When Turing and the other Brits at Bletchley Park cracked the Enigma code, they at least knew it was, ultimately, a coded form of German. We may have a lot more compute now, and much more advanced tech overall, but there are some barriers that you cannot physically cross, no matter what resources you have. For example, you can't go faster than light and you can't escape the event horizon of a black hole. In the same way you can't translate text written in an unknown script, encoding an unknown language, without any parallel texts with a known language. There is just not enough information to do the job. Worse, if you try, you can endlessly come up with plausible "translations" and convince yourself that you have the right one, but you have no way to know you do.
I'm sorry but this claim is just a wild guess trying to link Hebrew to Linear A, without any serious evidence that the two are linked and without any evidence that the link is real, other than "look, I can guess what all the texts say!".
_________________
[1] https://en.wikipedia.org/wiki/Jewish_Indian_theory
[2] https://www.smithsonianmag.com/smart-news/destruction-of-cit...
[3] https://en.wikipedia.org/wiki/Worlds_in_Collision
[4] https://en.wikipedia.org/wiki/Priam%27s_Treasure#/media/File...
[5] https://en.wikipedia.org/wiki/Mask_of_Agamemnon
[6] https://en.wikipedia.org/wiki/Phaistos_Disc_decipherment_cla...
[7] https://en.wikipedia.org/wiki/Dropa_stones
[8] I can read ancient Greek. The further back in time it goes, the harder it gets to understand what it means but I can still read the script. It has changed in 5000 years but not enough that I can't read it. Nothing like that ability survived for Linear A. I blame Thera.

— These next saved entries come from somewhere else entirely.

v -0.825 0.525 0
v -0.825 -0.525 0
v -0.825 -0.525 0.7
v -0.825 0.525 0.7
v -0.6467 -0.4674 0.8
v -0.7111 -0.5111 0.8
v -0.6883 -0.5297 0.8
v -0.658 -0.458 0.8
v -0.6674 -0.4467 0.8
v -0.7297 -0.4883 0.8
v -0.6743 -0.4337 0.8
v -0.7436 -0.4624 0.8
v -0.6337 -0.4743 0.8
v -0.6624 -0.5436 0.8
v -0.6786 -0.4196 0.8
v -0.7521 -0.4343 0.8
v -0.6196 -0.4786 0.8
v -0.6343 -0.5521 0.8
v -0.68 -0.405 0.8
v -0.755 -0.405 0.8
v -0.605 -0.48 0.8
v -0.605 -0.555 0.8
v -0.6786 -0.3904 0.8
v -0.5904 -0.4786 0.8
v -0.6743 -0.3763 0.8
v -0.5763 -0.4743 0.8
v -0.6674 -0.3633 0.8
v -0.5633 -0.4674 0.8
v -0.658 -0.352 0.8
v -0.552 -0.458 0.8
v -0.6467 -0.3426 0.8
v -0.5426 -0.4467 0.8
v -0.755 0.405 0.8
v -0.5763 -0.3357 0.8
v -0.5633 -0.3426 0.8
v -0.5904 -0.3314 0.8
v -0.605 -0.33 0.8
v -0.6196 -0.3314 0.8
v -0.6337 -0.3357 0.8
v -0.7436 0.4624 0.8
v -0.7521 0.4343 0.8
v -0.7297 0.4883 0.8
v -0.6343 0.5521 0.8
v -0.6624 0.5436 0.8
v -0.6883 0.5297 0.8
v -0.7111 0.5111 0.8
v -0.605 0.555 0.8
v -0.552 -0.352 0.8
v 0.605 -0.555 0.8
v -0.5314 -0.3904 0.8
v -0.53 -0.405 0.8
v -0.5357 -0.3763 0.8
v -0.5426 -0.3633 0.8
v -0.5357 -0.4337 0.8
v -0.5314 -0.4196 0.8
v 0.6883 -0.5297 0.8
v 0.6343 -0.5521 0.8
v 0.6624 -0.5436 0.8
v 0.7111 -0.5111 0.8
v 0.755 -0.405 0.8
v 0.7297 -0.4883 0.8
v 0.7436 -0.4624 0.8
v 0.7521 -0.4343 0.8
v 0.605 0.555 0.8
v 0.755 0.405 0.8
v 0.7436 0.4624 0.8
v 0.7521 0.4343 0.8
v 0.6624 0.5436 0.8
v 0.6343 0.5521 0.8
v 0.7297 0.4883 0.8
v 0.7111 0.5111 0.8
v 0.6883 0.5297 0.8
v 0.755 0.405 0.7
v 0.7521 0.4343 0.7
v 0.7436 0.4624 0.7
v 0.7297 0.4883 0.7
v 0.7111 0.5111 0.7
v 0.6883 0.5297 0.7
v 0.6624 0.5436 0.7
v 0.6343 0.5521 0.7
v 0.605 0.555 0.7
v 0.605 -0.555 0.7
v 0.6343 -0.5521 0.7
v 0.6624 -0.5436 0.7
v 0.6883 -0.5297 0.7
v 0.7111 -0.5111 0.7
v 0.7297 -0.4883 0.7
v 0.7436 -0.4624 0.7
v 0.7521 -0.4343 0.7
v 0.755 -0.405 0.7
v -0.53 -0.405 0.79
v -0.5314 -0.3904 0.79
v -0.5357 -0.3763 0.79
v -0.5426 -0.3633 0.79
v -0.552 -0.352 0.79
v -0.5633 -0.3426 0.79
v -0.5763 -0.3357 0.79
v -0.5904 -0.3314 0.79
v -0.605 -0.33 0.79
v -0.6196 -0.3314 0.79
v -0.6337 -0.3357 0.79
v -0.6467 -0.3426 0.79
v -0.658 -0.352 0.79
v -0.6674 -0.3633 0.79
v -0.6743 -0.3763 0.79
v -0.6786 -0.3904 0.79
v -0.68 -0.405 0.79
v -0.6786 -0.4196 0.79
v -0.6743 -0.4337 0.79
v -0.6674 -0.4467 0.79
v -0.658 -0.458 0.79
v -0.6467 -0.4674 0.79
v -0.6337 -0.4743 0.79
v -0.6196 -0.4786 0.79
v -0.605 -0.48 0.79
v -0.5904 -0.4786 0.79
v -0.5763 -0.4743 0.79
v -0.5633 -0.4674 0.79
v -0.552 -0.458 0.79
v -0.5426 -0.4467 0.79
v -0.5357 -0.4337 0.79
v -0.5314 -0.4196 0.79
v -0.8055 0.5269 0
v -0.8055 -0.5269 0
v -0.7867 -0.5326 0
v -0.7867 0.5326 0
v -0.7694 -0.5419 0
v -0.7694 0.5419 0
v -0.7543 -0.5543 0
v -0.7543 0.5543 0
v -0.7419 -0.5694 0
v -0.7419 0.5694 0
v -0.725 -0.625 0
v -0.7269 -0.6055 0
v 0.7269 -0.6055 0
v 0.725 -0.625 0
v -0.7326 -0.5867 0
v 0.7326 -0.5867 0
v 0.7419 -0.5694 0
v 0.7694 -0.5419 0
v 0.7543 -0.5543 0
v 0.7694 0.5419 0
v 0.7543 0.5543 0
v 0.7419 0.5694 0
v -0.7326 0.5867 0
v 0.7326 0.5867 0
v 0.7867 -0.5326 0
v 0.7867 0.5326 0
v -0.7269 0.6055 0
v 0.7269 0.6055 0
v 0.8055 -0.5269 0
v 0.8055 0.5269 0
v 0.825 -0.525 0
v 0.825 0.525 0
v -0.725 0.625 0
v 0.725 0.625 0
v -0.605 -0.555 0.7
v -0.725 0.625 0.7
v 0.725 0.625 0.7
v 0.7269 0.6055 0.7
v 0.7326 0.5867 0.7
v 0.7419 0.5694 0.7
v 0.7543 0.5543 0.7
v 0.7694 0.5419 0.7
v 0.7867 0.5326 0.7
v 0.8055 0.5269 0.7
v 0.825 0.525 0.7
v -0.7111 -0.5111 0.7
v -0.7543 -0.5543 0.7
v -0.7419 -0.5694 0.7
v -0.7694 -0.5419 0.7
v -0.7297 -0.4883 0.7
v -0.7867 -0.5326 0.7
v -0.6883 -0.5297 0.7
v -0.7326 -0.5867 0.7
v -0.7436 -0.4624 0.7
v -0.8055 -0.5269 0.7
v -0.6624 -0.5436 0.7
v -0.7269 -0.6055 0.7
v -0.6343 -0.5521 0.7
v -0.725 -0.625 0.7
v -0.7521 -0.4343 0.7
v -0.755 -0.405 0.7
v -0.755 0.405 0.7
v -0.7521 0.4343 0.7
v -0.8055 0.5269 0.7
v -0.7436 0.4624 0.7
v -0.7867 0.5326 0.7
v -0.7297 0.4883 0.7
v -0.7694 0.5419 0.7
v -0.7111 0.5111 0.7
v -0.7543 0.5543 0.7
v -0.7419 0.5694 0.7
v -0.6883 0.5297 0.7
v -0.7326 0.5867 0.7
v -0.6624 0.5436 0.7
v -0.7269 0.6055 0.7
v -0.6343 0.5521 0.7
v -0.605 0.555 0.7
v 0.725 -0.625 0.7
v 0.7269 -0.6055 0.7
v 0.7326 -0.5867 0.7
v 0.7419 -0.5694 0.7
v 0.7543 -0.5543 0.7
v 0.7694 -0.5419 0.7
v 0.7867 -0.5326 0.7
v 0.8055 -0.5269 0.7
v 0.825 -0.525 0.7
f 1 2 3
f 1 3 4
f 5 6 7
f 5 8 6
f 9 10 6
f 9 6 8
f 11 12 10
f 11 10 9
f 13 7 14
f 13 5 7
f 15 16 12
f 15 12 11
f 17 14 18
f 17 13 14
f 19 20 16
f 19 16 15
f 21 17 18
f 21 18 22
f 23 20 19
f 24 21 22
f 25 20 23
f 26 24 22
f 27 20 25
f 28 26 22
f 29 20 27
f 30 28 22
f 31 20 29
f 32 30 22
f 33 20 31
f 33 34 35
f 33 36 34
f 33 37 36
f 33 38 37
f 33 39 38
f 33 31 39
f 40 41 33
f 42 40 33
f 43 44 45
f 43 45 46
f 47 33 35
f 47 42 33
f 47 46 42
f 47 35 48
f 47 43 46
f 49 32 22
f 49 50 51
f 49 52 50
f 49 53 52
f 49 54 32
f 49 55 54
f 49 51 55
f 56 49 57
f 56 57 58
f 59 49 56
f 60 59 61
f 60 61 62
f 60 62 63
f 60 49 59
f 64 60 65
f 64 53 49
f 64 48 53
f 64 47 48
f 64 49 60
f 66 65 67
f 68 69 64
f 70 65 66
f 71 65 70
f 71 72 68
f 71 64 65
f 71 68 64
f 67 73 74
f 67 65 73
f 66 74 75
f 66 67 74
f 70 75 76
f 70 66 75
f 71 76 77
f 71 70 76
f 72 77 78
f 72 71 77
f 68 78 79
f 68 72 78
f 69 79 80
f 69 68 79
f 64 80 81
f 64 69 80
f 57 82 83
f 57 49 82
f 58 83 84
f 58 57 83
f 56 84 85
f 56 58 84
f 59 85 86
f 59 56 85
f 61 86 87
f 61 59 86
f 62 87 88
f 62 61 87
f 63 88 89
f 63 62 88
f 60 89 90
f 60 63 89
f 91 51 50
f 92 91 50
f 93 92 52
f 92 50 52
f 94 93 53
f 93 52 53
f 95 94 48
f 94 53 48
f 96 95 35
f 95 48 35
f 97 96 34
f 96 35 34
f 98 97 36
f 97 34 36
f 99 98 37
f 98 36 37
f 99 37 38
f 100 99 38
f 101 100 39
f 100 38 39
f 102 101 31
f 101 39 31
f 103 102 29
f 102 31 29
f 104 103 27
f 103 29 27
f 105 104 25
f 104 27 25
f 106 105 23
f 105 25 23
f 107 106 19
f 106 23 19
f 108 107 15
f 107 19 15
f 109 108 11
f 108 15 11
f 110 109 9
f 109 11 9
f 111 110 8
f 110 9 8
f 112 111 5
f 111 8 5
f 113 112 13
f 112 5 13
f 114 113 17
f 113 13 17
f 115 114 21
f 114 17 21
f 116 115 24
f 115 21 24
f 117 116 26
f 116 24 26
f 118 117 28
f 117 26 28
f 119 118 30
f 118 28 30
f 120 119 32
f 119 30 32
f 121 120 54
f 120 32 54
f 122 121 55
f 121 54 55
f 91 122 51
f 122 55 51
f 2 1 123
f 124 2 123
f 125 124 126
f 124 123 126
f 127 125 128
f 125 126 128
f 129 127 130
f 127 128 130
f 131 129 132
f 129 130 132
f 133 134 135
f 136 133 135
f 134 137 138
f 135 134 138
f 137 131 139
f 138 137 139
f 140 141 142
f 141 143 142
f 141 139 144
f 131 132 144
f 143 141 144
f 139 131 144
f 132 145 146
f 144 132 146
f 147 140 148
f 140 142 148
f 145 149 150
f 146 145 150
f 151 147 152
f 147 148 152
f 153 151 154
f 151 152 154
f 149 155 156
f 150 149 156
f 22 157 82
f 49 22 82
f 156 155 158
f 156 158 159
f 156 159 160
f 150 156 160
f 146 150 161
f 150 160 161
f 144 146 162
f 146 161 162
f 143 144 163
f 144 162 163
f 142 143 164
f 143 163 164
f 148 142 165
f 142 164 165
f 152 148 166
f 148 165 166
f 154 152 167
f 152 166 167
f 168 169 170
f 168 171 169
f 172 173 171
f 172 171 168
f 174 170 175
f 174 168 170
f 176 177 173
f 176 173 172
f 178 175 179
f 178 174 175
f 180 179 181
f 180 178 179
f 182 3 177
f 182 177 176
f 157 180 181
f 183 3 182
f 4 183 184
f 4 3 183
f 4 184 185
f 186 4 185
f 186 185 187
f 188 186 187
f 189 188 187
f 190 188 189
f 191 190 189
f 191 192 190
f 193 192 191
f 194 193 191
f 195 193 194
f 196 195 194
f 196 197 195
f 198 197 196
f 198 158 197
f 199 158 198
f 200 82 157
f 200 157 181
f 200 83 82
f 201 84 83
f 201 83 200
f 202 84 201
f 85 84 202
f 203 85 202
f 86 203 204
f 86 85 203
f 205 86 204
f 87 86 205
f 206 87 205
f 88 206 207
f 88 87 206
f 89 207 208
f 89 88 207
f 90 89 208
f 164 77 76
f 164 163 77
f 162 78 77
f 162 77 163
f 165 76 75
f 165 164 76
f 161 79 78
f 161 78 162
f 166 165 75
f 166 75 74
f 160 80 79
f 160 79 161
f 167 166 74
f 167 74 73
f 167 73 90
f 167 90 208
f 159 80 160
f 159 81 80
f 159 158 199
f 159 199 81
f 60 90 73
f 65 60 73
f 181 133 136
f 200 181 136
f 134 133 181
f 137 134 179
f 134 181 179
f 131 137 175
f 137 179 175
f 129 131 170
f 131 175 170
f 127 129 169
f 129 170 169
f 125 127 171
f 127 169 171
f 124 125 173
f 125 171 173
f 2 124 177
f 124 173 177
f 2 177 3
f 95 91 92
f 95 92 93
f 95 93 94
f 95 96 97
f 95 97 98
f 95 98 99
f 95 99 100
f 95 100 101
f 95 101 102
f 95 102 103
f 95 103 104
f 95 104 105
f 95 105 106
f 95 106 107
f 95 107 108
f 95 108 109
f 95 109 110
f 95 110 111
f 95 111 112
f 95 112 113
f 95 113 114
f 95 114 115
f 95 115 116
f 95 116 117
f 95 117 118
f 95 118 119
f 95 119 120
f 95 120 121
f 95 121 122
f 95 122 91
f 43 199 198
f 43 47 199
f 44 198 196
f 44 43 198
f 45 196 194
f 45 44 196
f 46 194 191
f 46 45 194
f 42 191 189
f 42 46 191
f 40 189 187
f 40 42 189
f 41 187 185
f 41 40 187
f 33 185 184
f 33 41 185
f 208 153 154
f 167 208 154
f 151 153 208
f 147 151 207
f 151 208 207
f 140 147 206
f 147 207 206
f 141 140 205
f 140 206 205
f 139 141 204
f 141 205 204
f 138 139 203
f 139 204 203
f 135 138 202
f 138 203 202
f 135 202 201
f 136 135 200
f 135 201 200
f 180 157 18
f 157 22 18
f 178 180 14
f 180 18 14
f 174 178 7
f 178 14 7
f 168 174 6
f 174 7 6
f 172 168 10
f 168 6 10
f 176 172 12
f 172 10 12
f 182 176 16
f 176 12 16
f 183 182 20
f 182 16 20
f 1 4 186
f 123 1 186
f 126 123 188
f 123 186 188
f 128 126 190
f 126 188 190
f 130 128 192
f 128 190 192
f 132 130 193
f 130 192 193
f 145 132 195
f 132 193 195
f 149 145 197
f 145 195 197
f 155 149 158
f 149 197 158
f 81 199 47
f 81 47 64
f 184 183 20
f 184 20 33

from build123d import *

# Parameters (mm, degrees)
SKETCH1_W           = 1.65
SKETCH1_H           = 1.25
BOSS_EXTRUDE1_DEPTH = 0.7
SKETCH2_W           = 1.51
SKETCH2_H           = 1.11
BOSS_EXTRUDE2_DEPTH = 0.1
FILLET1_R           = 0.15
SKETCH3_R           = 0.1
CUT_EXTRUDE1_DEPTH  = 2.2494999
SKETCH4_R           = 0.075
CUT_EXTRUDE2_DEPTH  = 0.01


with BuildPart() as part:
    # Sketch1 → Boss-Extrude1 (new body)
    with BuildSketch(Plane.XY):
        Rectangle(SKETCH1_W, SKETCH1_H)
    extrude(amount=BOSS_EXTRUDE1_DEPTH)

    # Sketch2 → Boss-Extrude2 (add)
    with BuildSketch(Plane.XY.offset(0.7)):
        Rectangle(SKETCH2_W, SKETCH2_H)
    extrude(amount=BOSS_EXTRUDE2_DEPTH)

    # Fillet1
    fillet1_edges = [part.edges().sort_by_distance(p)[0] for p in [
        (0.755, -0.555, 0.75),
        (0.755, 0.555, 0.75),
        (-0.755, 0.555, 0.75),
        (-0.755, -0.555, 0.75),
    ]]
    fillet(fillet1_edges, radius=FILLET1_R)

    # Sketch3 → Cut-Extrude1 (cut, through all)
    with BuildSketch(Plane.XY.offset(0.7)):
        with Locations((-0.825, 0.625)):
            Circle(SKETCH3_R)
        with Locations((0.825, 0.625)):
            Circle(SKETCH3_R)
        with Locations((0.825, -0.625)):
            Circle(SKETCH3_R)
        with Locations((-0.825, -0.625)):
            Circle(SKETCH3_R)
    extrude(amount=-CUT_EXTRUDE1_DEPTH, mode=Mode.SUBTRACT)

    # Sketch4 → Cut-Extrude2 (cut)
    with BuildSketch(Plane.XY.offset(0.8)):
        with Locations((-0.605, -0.405)):
            Circle(SKETCH4_R)
    extrude(amount=-CUT_EXTRUDE2_DEPTH, mode=Mode.SUBTRACT)


solid = part.part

[9] Except of course then I would understand it. But it's just German to me.
[10] I can assure you that took me by surprised, first of all.
[11] https://people.math.harvard.edu/~ctm/home/text/others/shanno...
Curious to see where this goes. Hopefully an update is posted here when it's all said and done :)
Claiming that claude did all the work is patently ridiculous. Claude is a tool, like any other. The corpus of linear A is ~7500 characters across ~1500 inscriptions and claude, no matter how smart, doesn't just solve that on its own.
What a shame.
So did many of the previous attempted solvers.
I don't know why you want to stoop to name calling which violates the guidelines and the spirit of this site.
"without any critical review" is also seemingly untrue: the post says Rutgers and Cambridge are reviewing it
My following searches turn out no announcements by either Rutgers or Cambridge:
"rutgers linguists evaluate deciphering of linear a by tom di mino"
https://www.google.com/search?q=rutgers+linguists+evaluate+d...
https://www.google.com/search?q=cambridge+linguists+evaluate...
i am sorry but "crank" is the correct term for the many amateurs who routinely email mathematicians, physicists, and apparently linguists with their special theories without having any academic experience in the field. for every anecdote where it panned out there are thousands of cases where it did not.